Anyway, according to your definition, I would consider 漠北/漠南 as common nouns (of course, if they are used a lot there will be conventional boundaries and they can become proper nouns). They are like 城南/城北, or 华南/华北 to someone who has never learnt about the 秦岭-淮河 boundary. Is it possible to live in a vague area between the two or in the intersection of these two? Of course, why not?
When we have a vague area called 漠北, we could create "Northern Desert" in a literal translation. The problem with this is that "desert" is a common noun and not a specific place. We usually understand "northern desert" as 北边的沙漠. What I meant is just, "Desert" can be understood as a specific desert (like 漠 in 漠北之战) here. Hence you can read "Northern Desert" just as "Northern someplace". I think I may have mistakenly used the word "proper noun" (I have to check the definition later).

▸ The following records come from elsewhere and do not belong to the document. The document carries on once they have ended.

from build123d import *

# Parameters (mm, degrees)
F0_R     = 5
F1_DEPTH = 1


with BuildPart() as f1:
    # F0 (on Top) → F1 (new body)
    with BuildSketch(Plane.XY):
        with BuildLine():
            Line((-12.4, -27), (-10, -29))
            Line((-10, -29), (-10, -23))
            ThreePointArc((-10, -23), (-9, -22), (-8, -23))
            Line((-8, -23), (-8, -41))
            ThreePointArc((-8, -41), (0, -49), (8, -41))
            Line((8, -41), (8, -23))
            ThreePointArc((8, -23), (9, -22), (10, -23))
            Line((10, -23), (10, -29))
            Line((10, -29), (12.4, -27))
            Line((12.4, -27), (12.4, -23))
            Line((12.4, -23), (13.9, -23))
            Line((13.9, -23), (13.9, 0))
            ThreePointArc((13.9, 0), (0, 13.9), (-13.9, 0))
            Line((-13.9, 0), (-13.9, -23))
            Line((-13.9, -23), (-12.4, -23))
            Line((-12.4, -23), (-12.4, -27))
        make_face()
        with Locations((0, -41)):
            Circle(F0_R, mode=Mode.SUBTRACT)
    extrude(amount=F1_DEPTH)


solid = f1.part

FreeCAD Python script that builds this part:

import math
import FreeCAD as App
import Part
import Sketcher
from FreeCAD import Vector
Q = App.Units.Quantity

doc = App.newDocument("Part")
body = doc.addObject("PartDesign::Body", "Body")

sketch1 = body.newObject("Sketcher::SketchObject", "Sketch")
sketch1.AttachmentSupport = (doc.getObject("XY_Plane"), [""])
sketch1.MapMode = "FlatFace"
sketch1.addGeometry(Part.LineSegment(Vector(-12.4, -27, 0), Vector(-10, -29, 0)), False)
sketch1.addGeometry(Part.LineSegment(Vector(-10, -29, 0), Vector(-10, -23, 0)), False)
sketch1.addGeometry(Part.ArcOfCircle(Part.Circle(Vector(-9, -23, 0), Vector(0, 0, 1), 1), math.radians(0), math.radians(180)), False)
sketch1.addGeometry(Part.LineSegment(Vector(-8, -23, 0), Vector(-8, -41, 0)), False)
sketch1.addGeometry(Part.ArcOfCircle(Part.Circle(Vector(0, -41, 0), Vector(0, 0, 1), 8), math.radians(180), math.radians(360)), False)
sketch1.addGeometry(Part.LineSegment(Vector(8, -41, 0), Vector(8, -23, 0)), False)
sketch1.addGeometry(Part.ArcOfCircle(Part.Circle(Vector(9, -23, 0), Vector(0, 0, 1), 1), math.radians(0), math.radians(180)), False)
sketch1.addGeometry(Part.LineSegment(Vector(10, -23, 0), Vector(10, -29, 0)), False)
sketch1.addGeometry(Part.LineSegment(Vector(10, -29, 0), Vector(12.4, -27, 0)), False)
sketch1.addGeometry(Part.LineSegment(Vector(12.4, -27, 0), Vector(12.4, -23, 0)), False)
sketch1.addGeometry(Part.LineSegment(Vector(12.4, -23, 0), Vector(13.9, -23, 0)), False)
sketch1.addGeometry(Part.LineSegment(Vector(13.9, -23, 0), Vector(13.9, 0, 0)), False)
sketch1.addGeometry(Part.ArcOfCircle(Part.Circle(Vector(0, 0, 0), Vector(0, 0, 1), 13.9), math.radians(0), math.radians(180)), False)
sketch1.addGeometry(Part.LineSegment(Vector(-13.9, 0, 0), Vector(-13.9, -23, 0)), False)
sketch1.addGeometry(Part.LineSegment(Vector(-13.9, -23, 0), Vector(-12.4, -23, 0)), False)
sketch1.addGeometry(Part.LineSegment(Vector(-12.4, -23, 0), Vector(-12.4, -27, 0)), False)
sketch1.addGeometry(Part.Circle(Vector(0, -41, 0), Vector(0, 0, 1), 5), False)
sketch1.addConstraint(Sketcher.Constraint("Coincident", 0, 2, 1, 1))
sketch1.addConstraint(Sketcher.Constraint("Tangent", 1, 2, 2, 2))
sketch1.addConstraint(Sketcher.Constraint("Tangent", 2, 1, 3, 1))
sketch1.addConstraint(Sketcher.Constraint("Tangent", 3, 2, 4, 1))
sketch1.addConstraint(Sketcher.Constraint("Tangent", 4, 2, 5, 1))
sketch1.addConstraint(Sketcher.Constraint("Tangent", 5, 2, 6, 2))
sketch1.addConstraint(Sketcher.Constraint("Tangent", 6, 1, 7, 1))
sketch1.addConstraint(Sketcher.Constraint("Coincident", 7, 2, 8, 1))
sketch1.addConstraint(Sketcher.Constraint("Coincident", 8, 2, 9, 1))
sketch1.addConstraint(Sketcher.Constraint("Coincident", 9, 2, 10, 1))
sketch1.addConstraint(Sketcher.Constraint("Coincident", 10, 2, 11, 1))
sketch1.addConstraint(Sketcher.Constraint("Tangent", 11, 2, 12, 1))
sketch1.addConstraint(Sketcher.Constraint("Tangent", 12, 2, 13, 1))
sketch1.addConstraint(Sketcher.Constraint("Coincident", 13, 2, 14, 1))
sketch1.addConstraint(Sketcher.Constraint("Coincident", 14, 2, 15, 1))
sketch1.addConstraint(Sketcher.Constraint("Coincident", 15, 2, 0, 1))
sketch1.addConstraint(Sketcher.Constraint("Vertical", 1))
sketch1.addConstraint(Sketcher.Constraint("Vertical", 3))
sketch1.addConstraint(Sketcher.Constraint("Vertical", 5))
sketch1.addConstraint(Sketcher.Constraint("Vertical", 7))
sketch1.addConstraint(Sketcher.Constraint("Vertical", 9))
sketch1.addConstraint(Sketcher.Constraint("Horizontal", 10))
sketch1.addConstraint(Sketcher.Constraint("Vertical", 11))
sketch1.addConstraint(Sketcher.Constraint("Vertical", 13))
sketch1.addConstraint(Sketcher.Constraint("Horizontal", 14))
sketch1.addConstraint(Sketcher.Constraint("Vertical", 15))
sketch1.addConstraint(Sketcher.Constraint("Coincident", 12, 3, -1, 1))
sketch1.addConstraint(Sketcher.Constraint("Coincident", 16, 3, 4, 3))
sketch1.addConstraint(Sketcher.Constraint("Equal", 2, 6))
sketch1.addConstraint(Sketcher.Constraint("Symmetric", 2, 3, 6, 3, -2))
sketch1.addConstraint(Sketcher.Constraint("Symmetric", 9, 2, 14, 2, -2))
sketch1.addConstraint(Sketcher.Constraint("Horizontal", 0, 2, 7, 2))
sketch1.addConstraint(Sketcher.Constraint("Horizontal", 6, 1, 9, 2))
sketch1.addConstraint(Sketcher.Constraint("Horizontal", 8, 2, 15, 2))
sketch1.addConstraint(Sketcher.Constraint("Diameter", 16, Q("10 mm")))
sketch1.addConstraint(Sketcher.Constraint("Radius", 2, Q("1 mm")))
sketch1.addConstraint(Sketcher.Constraint("Radius", 4, Q("8 mm")))
sketch1.addConstraint(Sketcher.Constraint("Radius", 12, Q("13.9 mm")))
sketch1.addConstraint(Sketcher.Constraint("DistanceY", 1, 1, 1, 2, Q("6 mm")))
sketch1.addConstraint(Sketcher.Constraint("DistanceY", 3, 2, 3, 1, Q("18 mm")))
sketch1.addConstraint(Sketcher.Constraint("DistanceY", 9, 1, 9, 2, Q("4 mm")))
sketch1.addConstraint(Sketcher.Constraint("DistanceY", 11, 1, 11, 2, Q("23 mm")))
sketch1.addConstraint(Sketcher.Constraint("DistanceX", 10, 1, 10, 2, Q("1.5 mm")))
pad1 = body.newObject("PartDesign::Pad", "Pad")
pad1.Profile = sketch1
pad1.Length = 1

doc.recompute()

The literal translations on Wikipedia can be like this


> Boiled dumplings (Chinese: 水餃; pinyin: shuǐjiǎo; literally: "water dumpling")


At least to me, the grammar of "water dumpling" is unusual. So we don't have to stick to usual usages of words in literal translations. Anyway it is just my suggestion and as I said before I'm feeling this not good with "the". And probably the best answer to the problem is to click "Edit" on Wikipedia and replace "the Northern Desert" with "the northern part of the desert" (but it sounds awkward, isn't it?).


----------



## Skatinginbc

Thank you, Brofeelgood and fyl, for your help and insightful input.  I really appreciate them. 

I'm thinking: What did "漠" in 漠北 mean in the Han Dynasty? 
1)  It was a proper noun (like 华 in 华北) designating the Gobi Desert proper  (i.e., 漠 = 北方流沙也).  If this was the case, then what was the boundary between  漠北 and 漠南?  The Gobi Desert itself?  
2)  It was a compound ideogram 會意 (i.e., 漠 = 莫 + 水 = 没有水 ==> Gobi  "waterless place").  If this was the case, then the notion of "Gobi"  could be a vast expanse of waterless wasteland. 
3) It was a phono-semantic  compound 形聲 referring to a type of land form  (i.e., 从水莫聲, 流沙也).   If this was the case, then the notion of  "Gobi" would not be a vast  expanse of sand.  It would be a narrow  isthmus of sand instead, because  only 5% of the Gobi desert _is_ comprised of the sand dunes, much less two thousand years ago.    Then the Gobi was likely perceived as a geographical divide.  

Shuowenjiezi seems to suggest (1) or, maybe, (3).


fyl said:


> There are words that are just conventions and no one has tried to make them clear, e.g. 北方/南方.


Actually, I've always assumed that the boundary between 北方 (as in 北方人) and 南方 (as in 南方人) is the Yangtze River.  It may be an approximate, but it is a definition nonetheless.  The lack of a defined boundary (whether be imaginary or arbitrary) between 漠北 and 漠南 is what puzzles me, unless the Gobi desert itself serves as the geographical divide and 漠北 means 大漠以北.


----------



## fyl

I just realized that I was thinking too much about 「北漠」 and 「Northern Desert」 (mentioned in #1). Is the question more about the other two meanings "battle in the north of the desert v.s. battle to the north of the desert"? Sorry for the misunderstanding...
This is a more difficult question, and I don't know an answer. In the previous posts I was assuming "in the north of the desert" because Wikipedia says so. But some searches seem to suggest the opposite.

《辞海》:漠北 亦作“幕北”。*蒙古高原大沙漠以北地区*。自汉代以后常称之为“漠北”。《三国志·魏志·明帝纪》：青龙元年（公元233年），鲜卑步度根与柯北能侵边，“遣骁骑将军秦朗将中军讨之，虏乃走漠北”。清代通称外蒙古为“漠北”，即以此故。

In Wikipedia 戈壁, it says that "大漠" as a frequent word in Chinese history is the desert at the boundary between Inner Mongolia and Outer Mongolia, and there is another much broader definition that often appears in western media.

The above seem to suggest that 漠北 is 沙漠以北, and probably Wikipedia says "a military campaign fought in the northern part of the Gobi Desert" simply because it's using a broader definition of the "Gobi Desert".



Skatinginbc said:


> What did "漠" in 漠北 mean in the Han Dynasty?


It seems 漠 means some specific desert (like 河=黄河), but I'm not sure about this and 漠's exact meaning.


----------